■ **ABOUT THIS TASK**: Restate word for word the lines of the records below, starting at the line that contains "#61=CARTESIAN_POINT('',(-3.175,0.,4683.125));" and ending at the line that contains "#65=CARTESIAN_POINT('',(-3.175,0.,4206.875));", with both of those lines included and nothing else.

■ **MATERIAL TO PROCESS**:
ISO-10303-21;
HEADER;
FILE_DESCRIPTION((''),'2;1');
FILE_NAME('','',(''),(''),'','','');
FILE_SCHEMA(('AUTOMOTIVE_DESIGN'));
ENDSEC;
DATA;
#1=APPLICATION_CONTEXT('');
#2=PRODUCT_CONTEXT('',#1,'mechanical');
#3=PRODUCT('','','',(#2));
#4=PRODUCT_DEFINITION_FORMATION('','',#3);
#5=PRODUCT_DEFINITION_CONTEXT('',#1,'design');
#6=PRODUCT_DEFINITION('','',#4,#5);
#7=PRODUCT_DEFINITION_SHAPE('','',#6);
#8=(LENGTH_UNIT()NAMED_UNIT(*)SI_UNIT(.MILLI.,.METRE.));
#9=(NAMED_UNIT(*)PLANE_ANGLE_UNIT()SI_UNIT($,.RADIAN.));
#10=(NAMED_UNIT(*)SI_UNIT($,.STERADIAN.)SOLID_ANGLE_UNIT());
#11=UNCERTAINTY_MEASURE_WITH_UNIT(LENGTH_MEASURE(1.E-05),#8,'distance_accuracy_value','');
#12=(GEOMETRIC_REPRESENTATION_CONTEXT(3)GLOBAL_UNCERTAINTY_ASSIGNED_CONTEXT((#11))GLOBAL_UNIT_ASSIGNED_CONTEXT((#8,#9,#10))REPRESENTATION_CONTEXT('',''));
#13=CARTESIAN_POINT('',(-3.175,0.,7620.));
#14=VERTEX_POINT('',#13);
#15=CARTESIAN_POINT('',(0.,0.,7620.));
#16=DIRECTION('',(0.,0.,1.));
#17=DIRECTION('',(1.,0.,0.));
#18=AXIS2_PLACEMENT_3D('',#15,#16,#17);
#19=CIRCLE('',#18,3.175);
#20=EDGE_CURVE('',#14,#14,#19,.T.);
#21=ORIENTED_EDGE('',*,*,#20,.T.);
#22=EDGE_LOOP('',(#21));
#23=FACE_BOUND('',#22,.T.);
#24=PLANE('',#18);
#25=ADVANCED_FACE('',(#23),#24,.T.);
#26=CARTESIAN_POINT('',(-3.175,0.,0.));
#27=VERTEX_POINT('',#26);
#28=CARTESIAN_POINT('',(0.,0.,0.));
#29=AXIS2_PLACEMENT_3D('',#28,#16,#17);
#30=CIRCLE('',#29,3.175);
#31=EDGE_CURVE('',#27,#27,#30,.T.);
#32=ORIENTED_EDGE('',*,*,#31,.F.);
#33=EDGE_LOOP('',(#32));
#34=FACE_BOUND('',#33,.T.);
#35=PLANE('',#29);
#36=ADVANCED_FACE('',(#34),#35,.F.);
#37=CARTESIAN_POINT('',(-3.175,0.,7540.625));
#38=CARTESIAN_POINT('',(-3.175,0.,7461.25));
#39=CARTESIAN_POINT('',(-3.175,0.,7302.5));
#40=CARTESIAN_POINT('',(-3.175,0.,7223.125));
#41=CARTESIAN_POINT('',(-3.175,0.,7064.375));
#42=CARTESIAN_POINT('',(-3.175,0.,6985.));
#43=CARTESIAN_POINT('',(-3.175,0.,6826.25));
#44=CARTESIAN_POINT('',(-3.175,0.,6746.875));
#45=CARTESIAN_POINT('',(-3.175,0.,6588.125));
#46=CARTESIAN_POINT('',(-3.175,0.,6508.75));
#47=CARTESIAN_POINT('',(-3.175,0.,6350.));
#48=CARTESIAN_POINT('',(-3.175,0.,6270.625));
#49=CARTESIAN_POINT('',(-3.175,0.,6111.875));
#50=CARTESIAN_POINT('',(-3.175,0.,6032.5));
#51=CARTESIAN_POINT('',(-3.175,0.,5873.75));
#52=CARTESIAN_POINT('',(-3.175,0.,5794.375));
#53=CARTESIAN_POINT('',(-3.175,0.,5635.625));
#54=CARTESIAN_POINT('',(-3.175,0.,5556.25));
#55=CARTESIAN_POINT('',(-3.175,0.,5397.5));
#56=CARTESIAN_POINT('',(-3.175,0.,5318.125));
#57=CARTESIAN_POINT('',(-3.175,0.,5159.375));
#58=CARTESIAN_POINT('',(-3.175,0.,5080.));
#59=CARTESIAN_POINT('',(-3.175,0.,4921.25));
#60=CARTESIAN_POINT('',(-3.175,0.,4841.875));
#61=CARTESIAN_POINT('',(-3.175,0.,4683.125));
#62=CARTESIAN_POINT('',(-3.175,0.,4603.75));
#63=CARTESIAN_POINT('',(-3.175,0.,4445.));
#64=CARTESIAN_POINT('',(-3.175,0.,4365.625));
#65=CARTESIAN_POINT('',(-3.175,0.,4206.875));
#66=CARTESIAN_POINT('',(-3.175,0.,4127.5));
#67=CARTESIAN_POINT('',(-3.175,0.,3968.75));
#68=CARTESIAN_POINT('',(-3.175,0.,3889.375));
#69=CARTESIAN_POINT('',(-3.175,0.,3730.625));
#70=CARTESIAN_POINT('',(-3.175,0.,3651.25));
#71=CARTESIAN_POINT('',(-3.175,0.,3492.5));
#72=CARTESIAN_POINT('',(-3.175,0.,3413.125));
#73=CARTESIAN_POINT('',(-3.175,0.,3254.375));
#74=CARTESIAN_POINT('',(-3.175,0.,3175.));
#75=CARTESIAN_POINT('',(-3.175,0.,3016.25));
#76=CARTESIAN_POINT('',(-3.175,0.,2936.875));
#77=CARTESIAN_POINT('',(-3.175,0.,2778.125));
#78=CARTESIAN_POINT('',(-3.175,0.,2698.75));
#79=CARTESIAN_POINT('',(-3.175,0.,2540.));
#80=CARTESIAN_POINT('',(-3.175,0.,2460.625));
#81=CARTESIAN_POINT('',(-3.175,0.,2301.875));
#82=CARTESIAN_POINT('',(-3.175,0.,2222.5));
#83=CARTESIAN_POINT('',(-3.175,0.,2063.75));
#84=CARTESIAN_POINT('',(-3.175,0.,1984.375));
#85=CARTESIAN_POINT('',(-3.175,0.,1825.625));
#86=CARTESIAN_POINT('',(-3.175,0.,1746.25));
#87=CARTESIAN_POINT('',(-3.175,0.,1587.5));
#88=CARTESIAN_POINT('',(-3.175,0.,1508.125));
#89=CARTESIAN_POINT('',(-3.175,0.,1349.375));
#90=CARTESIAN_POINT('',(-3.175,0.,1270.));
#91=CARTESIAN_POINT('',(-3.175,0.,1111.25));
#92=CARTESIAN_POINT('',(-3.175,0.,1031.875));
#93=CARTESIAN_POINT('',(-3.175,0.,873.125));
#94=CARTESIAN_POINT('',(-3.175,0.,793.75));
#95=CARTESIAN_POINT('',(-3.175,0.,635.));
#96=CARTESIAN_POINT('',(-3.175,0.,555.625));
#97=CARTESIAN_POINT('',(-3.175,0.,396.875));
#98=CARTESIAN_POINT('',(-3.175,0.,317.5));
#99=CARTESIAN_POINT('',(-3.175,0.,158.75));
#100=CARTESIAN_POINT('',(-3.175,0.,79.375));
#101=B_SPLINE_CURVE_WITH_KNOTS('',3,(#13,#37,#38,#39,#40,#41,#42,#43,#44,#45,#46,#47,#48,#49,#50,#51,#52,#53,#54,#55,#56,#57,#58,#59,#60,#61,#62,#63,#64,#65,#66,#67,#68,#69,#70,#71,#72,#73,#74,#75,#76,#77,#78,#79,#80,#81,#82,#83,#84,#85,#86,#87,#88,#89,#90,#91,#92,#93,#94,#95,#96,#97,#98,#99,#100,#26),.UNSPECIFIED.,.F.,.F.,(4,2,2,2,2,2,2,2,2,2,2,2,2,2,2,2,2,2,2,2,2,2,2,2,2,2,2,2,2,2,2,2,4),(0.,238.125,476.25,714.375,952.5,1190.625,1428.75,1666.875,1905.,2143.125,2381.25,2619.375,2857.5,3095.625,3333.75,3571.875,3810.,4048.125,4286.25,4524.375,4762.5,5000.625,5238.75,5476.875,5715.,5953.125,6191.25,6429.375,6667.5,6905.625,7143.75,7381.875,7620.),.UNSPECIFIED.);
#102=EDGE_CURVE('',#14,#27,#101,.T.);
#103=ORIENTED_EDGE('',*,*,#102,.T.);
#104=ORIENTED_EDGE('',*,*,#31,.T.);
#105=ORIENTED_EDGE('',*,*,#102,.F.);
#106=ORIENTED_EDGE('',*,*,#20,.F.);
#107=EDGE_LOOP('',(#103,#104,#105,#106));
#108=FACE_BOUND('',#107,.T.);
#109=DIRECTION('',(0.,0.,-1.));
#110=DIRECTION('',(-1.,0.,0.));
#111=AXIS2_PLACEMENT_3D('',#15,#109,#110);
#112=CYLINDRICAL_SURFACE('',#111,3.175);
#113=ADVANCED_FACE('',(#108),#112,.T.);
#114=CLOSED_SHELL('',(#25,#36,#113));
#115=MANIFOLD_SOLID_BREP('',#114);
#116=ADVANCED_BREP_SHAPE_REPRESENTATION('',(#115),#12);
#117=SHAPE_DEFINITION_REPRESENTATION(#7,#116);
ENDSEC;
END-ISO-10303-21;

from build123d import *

# Parameters (mm, degrees)
SKETCH1_R      = 3.175
EXTRUDE1_DEPTH = 7620


with BuildPart() as part:
    # Sketch1 → Extrude1 (new body)
    with BuildSketch(Plane.XY):
        with Locations(Location((0, 0, 0), (0, 0, 180))):
            Circle(SKETCH1_R)
    extrude(amount=EXTRUDE1_DEPTH)


solid = part.part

■ **RESPONSE FOR THIS EXERCISE**:
#61=CARTESIAN_POINT('',(-3.175,0.,4683.125));
#62=CARTESIAN_POINT('',(-3.175,0.,4603.75));
#63=CARTESIAN_POINT('',(-3.175,0.,4445.));
#64=CARTESIAN_POINT('',(-3.175,0.,4365.625));
#65=CARTESIAN_POINT('',(-3.175,0.,4206.875));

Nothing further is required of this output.